[Collected data entries]
☆ ☆ ☆ ☆ ☆

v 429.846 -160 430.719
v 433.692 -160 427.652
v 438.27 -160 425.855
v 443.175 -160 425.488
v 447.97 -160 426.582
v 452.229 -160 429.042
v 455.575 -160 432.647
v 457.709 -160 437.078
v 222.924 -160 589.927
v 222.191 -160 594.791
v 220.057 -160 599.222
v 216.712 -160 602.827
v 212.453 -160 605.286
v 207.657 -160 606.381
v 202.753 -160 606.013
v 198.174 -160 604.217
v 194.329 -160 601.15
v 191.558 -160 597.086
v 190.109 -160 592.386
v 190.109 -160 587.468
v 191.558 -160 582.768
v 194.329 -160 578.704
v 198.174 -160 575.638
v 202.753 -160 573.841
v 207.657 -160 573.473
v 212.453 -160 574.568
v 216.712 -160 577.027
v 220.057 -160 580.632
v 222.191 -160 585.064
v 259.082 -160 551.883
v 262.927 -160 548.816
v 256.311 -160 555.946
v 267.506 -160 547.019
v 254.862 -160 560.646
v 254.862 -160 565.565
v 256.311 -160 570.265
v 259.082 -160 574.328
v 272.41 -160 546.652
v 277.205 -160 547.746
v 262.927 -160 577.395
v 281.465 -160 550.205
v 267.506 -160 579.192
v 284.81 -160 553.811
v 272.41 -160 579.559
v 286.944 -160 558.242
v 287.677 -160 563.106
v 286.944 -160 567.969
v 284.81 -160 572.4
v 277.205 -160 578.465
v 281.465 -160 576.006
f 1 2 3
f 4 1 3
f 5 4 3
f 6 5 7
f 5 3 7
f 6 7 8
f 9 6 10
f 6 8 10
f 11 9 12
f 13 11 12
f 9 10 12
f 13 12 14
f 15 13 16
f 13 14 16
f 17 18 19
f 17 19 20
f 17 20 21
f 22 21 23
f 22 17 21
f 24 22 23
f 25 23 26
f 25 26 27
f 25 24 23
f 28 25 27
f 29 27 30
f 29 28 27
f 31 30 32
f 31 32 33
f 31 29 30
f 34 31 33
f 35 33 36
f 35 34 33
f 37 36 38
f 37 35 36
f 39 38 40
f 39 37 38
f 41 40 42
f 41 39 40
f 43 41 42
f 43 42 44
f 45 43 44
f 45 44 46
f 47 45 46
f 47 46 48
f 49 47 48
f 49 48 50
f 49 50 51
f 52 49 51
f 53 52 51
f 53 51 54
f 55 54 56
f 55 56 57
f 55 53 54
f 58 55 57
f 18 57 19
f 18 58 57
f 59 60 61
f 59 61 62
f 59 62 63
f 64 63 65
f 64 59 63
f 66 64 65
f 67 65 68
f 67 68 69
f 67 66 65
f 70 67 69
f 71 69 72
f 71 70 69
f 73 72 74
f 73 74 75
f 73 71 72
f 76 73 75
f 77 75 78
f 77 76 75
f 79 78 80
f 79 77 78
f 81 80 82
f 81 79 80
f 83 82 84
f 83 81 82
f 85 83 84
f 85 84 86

☆ ☆ ☆ ☆ ☆

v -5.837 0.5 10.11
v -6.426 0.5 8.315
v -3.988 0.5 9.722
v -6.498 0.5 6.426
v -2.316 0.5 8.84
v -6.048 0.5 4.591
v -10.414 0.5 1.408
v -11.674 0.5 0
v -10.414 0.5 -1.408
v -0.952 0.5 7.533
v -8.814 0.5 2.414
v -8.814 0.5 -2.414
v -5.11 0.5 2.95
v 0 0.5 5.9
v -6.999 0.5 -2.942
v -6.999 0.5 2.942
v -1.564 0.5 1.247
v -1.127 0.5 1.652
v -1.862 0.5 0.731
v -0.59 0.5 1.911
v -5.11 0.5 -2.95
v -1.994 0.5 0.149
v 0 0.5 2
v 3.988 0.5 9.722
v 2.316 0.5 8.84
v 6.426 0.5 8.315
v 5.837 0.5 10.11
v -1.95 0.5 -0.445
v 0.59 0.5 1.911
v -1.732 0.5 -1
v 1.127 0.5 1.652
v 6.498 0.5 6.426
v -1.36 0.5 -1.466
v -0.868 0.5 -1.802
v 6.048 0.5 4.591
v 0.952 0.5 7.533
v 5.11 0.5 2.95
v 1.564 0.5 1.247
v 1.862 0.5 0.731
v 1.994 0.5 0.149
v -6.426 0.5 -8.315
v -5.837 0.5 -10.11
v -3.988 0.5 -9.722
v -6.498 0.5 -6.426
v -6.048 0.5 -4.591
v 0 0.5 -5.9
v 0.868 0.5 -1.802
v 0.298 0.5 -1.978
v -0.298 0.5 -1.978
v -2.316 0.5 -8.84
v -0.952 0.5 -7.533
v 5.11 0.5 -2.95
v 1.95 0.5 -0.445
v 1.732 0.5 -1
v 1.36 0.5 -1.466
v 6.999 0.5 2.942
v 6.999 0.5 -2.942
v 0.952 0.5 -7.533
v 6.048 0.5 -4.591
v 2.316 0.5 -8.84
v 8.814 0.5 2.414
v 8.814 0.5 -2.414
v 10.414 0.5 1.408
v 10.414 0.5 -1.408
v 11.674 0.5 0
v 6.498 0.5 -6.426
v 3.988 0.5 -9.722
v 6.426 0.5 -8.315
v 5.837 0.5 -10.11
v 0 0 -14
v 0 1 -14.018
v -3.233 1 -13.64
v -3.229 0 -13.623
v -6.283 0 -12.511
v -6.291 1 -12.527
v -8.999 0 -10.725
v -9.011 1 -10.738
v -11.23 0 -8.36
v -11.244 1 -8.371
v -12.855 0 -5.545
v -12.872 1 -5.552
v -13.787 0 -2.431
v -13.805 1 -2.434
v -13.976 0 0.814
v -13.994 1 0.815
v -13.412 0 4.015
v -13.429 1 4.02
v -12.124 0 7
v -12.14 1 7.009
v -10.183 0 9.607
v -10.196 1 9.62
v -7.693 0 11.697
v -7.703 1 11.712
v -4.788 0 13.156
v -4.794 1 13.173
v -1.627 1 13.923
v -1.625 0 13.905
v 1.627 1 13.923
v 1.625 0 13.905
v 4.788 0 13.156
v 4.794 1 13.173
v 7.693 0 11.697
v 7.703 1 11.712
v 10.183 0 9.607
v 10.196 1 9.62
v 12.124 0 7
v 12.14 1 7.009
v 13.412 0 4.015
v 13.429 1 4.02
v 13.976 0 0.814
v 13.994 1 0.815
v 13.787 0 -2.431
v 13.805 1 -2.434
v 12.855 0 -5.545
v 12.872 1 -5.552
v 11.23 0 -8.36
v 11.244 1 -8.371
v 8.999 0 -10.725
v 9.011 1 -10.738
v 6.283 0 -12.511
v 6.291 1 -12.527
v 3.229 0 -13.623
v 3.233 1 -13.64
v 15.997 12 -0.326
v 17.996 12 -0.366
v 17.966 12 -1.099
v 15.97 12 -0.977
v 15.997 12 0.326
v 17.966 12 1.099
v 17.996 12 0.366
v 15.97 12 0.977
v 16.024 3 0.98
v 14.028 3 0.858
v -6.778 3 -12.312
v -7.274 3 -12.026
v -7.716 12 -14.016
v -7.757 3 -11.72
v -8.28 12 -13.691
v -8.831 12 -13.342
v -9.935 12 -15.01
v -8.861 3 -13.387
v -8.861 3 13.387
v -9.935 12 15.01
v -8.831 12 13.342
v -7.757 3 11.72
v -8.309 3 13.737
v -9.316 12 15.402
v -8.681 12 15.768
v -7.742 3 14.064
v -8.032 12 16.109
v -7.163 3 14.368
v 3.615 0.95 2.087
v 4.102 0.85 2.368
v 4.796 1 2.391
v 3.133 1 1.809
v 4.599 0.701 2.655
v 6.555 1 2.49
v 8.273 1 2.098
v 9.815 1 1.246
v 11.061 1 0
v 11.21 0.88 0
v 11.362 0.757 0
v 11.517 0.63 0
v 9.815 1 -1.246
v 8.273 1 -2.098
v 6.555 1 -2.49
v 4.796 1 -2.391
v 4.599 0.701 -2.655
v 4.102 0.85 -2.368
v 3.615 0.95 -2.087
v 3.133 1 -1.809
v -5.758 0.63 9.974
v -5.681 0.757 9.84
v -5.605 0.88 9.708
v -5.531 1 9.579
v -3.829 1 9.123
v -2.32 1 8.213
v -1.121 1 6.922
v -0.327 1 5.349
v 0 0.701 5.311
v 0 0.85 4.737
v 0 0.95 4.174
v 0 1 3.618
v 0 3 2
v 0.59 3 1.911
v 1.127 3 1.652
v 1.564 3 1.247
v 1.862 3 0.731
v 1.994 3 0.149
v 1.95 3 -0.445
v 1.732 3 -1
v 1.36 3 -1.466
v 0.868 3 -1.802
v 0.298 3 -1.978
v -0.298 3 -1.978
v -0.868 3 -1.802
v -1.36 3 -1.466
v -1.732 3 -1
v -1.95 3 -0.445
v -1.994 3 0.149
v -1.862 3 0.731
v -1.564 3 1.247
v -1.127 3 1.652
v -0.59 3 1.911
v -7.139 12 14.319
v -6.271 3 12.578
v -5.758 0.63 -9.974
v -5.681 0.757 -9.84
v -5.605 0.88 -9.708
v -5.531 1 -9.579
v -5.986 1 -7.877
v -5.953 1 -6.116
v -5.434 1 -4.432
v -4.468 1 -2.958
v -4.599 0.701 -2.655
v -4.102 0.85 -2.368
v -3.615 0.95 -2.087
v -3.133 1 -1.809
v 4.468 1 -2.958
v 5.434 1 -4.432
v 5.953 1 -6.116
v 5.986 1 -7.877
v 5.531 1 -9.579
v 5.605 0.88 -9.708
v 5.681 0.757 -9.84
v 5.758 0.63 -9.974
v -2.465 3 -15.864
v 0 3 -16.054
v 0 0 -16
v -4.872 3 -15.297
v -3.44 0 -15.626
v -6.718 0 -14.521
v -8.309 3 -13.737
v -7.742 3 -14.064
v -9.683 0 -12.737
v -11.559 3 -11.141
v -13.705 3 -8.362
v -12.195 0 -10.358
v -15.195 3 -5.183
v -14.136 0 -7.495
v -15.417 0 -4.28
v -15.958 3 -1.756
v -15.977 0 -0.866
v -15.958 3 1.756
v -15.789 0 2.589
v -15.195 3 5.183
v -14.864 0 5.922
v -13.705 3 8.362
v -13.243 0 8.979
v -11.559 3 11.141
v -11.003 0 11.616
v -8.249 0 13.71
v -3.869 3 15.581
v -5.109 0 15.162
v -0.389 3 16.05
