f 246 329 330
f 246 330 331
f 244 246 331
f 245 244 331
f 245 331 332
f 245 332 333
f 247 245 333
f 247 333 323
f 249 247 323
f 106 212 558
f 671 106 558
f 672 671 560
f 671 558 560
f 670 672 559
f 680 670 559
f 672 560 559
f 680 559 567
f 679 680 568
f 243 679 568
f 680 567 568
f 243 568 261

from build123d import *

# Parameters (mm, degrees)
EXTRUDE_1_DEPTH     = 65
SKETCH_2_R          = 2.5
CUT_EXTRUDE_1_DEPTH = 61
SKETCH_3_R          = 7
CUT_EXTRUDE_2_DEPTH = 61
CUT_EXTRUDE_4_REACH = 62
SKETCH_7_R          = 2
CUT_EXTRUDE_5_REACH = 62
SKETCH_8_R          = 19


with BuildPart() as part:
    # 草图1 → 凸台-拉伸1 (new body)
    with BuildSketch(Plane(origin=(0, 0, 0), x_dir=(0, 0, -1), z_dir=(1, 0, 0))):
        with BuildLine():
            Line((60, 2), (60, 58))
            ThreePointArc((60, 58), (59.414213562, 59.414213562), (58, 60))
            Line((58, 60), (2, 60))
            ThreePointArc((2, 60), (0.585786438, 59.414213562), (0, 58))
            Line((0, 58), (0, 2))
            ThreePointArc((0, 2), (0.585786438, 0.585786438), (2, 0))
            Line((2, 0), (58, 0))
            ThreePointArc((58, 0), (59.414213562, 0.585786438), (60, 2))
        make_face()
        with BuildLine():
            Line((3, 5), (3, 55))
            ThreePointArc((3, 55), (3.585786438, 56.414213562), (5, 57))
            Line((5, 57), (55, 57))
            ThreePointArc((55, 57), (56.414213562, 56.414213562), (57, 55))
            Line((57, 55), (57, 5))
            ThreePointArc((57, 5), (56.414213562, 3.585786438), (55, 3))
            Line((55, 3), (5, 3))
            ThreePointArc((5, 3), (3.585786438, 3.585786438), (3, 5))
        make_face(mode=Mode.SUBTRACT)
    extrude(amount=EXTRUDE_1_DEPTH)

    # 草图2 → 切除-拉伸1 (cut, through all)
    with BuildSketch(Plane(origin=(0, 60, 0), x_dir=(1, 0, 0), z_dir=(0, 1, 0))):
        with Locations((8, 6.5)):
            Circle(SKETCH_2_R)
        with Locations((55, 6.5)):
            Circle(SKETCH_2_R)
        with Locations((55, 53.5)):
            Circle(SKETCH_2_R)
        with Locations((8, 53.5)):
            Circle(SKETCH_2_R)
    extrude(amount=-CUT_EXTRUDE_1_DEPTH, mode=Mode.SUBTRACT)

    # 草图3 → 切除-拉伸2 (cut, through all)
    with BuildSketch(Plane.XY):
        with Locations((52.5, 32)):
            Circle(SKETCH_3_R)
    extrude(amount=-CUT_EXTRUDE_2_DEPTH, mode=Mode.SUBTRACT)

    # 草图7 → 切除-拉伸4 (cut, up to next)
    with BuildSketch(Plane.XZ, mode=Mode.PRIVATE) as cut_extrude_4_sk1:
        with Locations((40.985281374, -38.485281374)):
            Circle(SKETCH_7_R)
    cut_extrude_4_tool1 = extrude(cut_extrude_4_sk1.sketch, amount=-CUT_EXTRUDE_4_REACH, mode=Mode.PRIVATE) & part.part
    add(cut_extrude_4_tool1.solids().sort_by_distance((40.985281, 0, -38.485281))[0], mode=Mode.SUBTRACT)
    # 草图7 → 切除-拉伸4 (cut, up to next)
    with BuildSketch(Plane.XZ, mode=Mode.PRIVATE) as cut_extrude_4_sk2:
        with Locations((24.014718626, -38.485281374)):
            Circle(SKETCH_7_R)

☆ ☆ ☆ ☆ ☆

#### [How to complete this task]
Please tally the lines of the entries that hold "through" and give only the resulting number.

#### [Solution for this task]
2